Source Code, Data, and ReproducibilityΒΆ

Pride: We expect lab members to sign their code. To quote from The Pragmatic Programmer, “Craftsmen of an earlier age were proud to sign their work. You should be, too... People should see your name on a piece of code and expect it to be solid, well written, tested, and documented.” While some code will be proof-of-concept code, it should be of a form that inspires confidence.

Language: We write code for our analyses in Python, which allows everyone in the lab to know one language and understand analytical code. Code for visualization can be Python, R, or javascript. Webserver interface code uses javascript.

Licensing: We expect code that we produce to be licensed under a 3-clause BSD license. Unless a funding agency requires something different, we’ll use this. If you have questions or concerns about licensing, feel free to raise them in Slack.

Version Control Services: We have Greenelab accounts on both bitbucket and github. We expect that lab members will maintain their code in repositories under these team accounts. We do not want lab members to commit directly to these though. Instead commits happen as described below.
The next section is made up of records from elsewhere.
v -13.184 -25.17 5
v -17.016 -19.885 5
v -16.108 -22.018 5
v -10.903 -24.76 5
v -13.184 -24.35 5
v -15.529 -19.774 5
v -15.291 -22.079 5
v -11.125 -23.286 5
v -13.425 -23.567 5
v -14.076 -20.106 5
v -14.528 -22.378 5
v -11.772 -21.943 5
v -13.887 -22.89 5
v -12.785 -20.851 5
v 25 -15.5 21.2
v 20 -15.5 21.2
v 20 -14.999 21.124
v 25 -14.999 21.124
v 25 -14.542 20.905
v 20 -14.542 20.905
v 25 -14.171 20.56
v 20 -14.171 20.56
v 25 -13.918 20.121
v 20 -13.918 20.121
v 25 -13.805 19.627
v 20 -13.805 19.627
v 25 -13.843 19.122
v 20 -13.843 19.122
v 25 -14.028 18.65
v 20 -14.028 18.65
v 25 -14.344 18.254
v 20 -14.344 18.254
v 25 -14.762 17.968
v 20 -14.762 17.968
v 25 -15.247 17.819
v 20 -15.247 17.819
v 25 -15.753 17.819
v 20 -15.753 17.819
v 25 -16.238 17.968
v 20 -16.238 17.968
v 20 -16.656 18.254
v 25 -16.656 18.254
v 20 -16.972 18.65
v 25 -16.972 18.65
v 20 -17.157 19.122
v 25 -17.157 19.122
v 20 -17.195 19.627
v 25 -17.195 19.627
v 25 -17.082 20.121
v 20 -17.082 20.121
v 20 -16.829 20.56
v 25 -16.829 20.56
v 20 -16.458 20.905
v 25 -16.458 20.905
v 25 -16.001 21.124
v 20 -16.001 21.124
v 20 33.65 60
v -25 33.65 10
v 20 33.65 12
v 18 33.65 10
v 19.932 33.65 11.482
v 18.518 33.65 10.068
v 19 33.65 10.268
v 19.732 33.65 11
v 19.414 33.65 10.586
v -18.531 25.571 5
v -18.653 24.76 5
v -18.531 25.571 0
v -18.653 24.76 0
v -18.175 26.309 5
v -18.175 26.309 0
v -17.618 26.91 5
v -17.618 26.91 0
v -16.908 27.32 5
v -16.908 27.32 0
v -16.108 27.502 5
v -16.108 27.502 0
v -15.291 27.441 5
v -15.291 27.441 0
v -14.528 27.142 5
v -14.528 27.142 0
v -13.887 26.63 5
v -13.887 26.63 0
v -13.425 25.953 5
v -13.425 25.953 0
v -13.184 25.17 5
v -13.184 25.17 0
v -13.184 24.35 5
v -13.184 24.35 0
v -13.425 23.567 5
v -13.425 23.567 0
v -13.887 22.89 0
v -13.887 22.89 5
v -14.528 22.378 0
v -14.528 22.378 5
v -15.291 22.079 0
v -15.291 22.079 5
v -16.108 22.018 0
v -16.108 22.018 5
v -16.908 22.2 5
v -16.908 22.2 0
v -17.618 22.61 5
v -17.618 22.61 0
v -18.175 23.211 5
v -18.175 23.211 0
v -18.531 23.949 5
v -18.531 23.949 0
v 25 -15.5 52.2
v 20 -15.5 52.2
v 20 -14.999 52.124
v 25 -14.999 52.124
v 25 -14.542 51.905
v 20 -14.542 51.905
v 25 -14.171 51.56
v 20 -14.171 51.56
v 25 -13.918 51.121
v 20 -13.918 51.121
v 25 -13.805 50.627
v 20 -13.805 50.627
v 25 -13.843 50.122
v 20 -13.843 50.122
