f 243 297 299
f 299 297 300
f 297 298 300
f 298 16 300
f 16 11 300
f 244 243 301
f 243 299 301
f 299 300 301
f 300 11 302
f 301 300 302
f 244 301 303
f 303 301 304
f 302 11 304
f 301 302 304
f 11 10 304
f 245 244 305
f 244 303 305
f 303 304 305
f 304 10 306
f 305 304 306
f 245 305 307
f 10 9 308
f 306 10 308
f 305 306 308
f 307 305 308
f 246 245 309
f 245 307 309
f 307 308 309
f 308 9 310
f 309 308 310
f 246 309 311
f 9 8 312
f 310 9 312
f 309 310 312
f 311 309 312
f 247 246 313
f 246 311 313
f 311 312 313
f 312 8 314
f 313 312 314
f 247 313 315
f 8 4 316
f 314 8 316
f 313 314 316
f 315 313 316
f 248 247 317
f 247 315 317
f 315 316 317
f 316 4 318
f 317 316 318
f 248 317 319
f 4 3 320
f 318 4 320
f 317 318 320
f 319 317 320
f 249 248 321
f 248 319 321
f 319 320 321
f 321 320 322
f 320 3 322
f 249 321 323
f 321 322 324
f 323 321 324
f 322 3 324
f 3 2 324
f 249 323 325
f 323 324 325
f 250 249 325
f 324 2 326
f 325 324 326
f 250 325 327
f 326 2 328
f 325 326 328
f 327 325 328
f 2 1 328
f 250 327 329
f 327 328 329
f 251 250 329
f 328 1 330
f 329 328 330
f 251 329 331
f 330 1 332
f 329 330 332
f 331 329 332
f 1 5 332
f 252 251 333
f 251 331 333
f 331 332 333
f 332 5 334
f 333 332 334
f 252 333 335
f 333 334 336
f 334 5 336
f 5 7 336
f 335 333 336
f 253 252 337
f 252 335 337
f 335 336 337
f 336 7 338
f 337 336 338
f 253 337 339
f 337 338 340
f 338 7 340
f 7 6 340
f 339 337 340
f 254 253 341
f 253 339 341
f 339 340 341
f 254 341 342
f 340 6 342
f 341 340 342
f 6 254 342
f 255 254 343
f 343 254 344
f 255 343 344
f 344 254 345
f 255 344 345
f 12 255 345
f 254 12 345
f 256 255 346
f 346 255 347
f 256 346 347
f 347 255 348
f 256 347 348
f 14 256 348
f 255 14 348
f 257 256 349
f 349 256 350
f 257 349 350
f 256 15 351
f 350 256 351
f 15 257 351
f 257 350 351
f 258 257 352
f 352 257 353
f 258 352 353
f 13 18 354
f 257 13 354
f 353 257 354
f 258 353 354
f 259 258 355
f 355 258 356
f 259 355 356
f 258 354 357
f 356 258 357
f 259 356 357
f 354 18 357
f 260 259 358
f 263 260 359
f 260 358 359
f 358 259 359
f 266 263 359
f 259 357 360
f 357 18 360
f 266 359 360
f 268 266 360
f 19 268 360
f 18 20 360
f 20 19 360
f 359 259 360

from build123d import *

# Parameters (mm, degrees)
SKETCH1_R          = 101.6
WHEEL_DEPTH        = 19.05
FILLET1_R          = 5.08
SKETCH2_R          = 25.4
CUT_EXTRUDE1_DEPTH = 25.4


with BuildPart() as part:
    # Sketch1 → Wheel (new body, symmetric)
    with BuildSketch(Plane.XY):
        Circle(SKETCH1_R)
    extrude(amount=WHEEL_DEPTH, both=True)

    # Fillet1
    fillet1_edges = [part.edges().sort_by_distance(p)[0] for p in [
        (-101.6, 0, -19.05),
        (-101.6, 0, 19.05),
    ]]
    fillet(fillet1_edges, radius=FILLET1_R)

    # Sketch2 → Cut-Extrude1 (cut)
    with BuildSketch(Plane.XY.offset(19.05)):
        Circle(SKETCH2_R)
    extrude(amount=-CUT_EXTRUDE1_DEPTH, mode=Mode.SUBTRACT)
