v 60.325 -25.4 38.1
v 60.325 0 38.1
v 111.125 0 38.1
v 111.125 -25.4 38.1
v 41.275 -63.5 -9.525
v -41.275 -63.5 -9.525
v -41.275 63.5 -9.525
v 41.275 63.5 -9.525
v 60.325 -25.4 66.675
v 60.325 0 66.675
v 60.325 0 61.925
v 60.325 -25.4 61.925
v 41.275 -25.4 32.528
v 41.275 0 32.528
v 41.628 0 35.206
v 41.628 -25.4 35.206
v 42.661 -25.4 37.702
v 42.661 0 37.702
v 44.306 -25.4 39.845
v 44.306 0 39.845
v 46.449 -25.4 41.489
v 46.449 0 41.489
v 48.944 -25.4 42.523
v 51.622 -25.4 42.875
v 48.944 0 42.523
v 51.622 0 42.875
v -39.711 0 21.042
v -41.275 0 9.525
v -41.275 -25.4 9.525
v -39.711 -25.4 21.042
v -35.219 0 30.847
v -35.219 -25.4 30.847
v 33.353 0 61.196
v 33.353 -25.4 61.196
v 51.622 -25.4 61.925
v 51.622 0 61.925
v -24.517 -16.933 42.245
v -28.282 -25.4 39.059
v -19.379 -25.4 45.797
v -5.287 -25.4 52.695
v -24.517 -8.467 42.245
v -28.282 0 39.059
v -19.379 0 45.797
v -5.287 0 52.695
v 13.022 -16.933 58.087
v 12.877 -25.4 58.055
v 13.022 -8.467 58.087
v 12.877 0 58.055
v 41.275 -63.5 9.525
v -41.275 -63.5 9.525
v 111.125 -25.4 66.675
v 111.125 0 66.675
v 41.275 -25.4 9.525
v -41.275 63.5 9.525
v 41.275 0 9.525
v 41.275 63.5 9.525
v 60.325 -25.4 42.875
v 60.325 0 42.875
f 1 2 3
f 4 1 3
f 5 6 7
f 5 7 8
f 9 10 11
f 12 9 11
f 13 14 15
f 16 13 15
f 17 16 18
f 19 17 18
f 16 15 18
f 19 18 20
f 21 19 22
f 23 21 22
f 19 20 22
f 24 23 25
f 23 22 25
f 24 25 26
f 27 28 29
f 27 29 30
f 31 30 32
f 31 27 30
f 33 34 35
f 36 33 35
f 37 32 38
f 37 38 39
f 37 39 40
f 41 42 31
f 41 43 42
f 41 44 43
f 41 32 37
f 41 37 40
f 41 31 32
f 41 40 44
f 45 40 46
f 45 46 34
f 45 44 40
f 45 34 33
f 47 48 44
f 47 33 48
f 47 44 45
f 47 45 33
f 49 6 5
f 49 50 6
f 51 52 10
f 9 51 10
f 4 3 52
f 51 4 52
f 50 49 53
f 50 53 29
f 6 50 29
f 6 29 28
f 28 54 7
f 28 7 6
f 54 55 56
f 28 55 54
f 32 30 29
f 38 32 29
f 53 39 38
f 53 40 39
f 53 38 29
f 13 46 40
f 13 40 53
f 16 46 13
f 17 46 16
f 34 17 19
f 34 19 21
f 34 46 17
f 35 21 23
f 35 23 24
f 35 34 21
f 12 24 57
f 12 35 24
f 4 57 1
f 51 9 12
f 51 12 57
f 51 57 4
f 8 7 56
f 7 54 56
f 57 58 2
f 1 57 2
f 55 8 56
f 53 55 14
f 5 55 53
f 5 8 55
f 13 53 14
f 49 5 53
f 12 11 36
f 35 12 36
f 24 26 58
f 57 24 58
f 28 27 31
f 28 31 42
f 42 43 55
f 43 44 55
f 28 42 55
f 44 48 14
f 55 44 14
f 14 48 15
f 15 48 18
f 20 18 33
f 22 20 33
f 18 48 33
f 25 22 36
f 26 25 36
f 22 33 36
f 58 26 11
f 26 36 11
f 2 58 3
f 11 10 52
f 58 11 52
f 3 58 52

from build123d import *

# Parameters (mm, degrees)
F1_DEPTH = 63.5
F2_DEPTH = 25.4


with BuildPart() as f1:
    # F0 (on Front) → F1 (new body, symmetric)
    with BuildSketch(Plane.XZ):
        Polygon((-41.275, -9.525), (41.275, -9.525), (41.275, -7.805796), (41.275, 9.525), (22.225, 9.525), (-41.275, 9.525), align=None)
    extrude(amount=F1_DEPTH, both=True)

    # F0 (on Front) → F2 (join)
    with BuildSketch(Plane.XZ):
        Polygon((-41.275, -9.525), (41.275, -9.525), (41.275, -7.805796), (41.275, 9.525), (22.225, 9.525), (-41.275, 9.525), align=None)
        with BuildLine():
            add(Edge.make_bspline(
                [(-41.275, 9.525), (-41.482281, 52.308347), (19.065714, 62.464789), (51.622058, 61.9252)],
                knots=[0, 0, 0, 0, 106.656666, 106.656666, 106.656666, 106.656666], degree=3))
            Line((-41.275, 9.525), (22.225, 9.525))
            Line((22.225, 9.525), (22.225, 32.528142))
            ThreePointArc((22.225, 32.528142), (30.835199, 53.315001), (51.622058, 61.9252))
        make_face()
        with BuildLine():
            Line((22.225, 9.525), (41.275, 9.525))
            Line((41.275, 9.525), (41.275, 32.528142))
            ThreePointArc((41.275, 32.528142), (44.305583, 39.844617), (51.622058, 42.8752))
            Line((51.622058, 42.8752), (60.325, 42.8752))
            Line((60.325, 42.8752), (60.325, 61.9252))
            Line((60.325, 61.9252), (51.622058, 61.9252))
            ThreePointArc((51.622058, 61.9252), (30.835199, 53.315001), (22.225, 32.528142))
            Line((22.225, 32.528142), (22.225, 9.525))
        make_face()
        Polygon((60.325, 66.675), (60.325, 61.9252), (60.325, 42.8752), (60.325, 38.1), (82.32934, 38.1), (82.312385, 66.675), align=None)
        Polygon((111.125, 66.675), (82.312385, 66.675), (82.32934, 38.1), (111.125, 38.1), align=None)
    extrude(amount=F2_DEPTH)


solid = f1.part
We will only publish using code that is held in a Greenelab repository that has gone through the review process described below.

Creating a Greenelab Repository:

  1. Create a repository under the team accout.
  2. Immediately fork this repository into one that your user account owns.
  3. Make commits to your own repository, and move code back to the Greenelab repository as described below.

Getting Code into Greenelab Repositories: Code moves from user repositories to Greenelab repositories through a process of code review. Code review is handled through pull requests. The process is described briefly below. Feel free to ask for guidance if you are uncomfortable with the process. We will revoke write access for failing to adhere to these rules.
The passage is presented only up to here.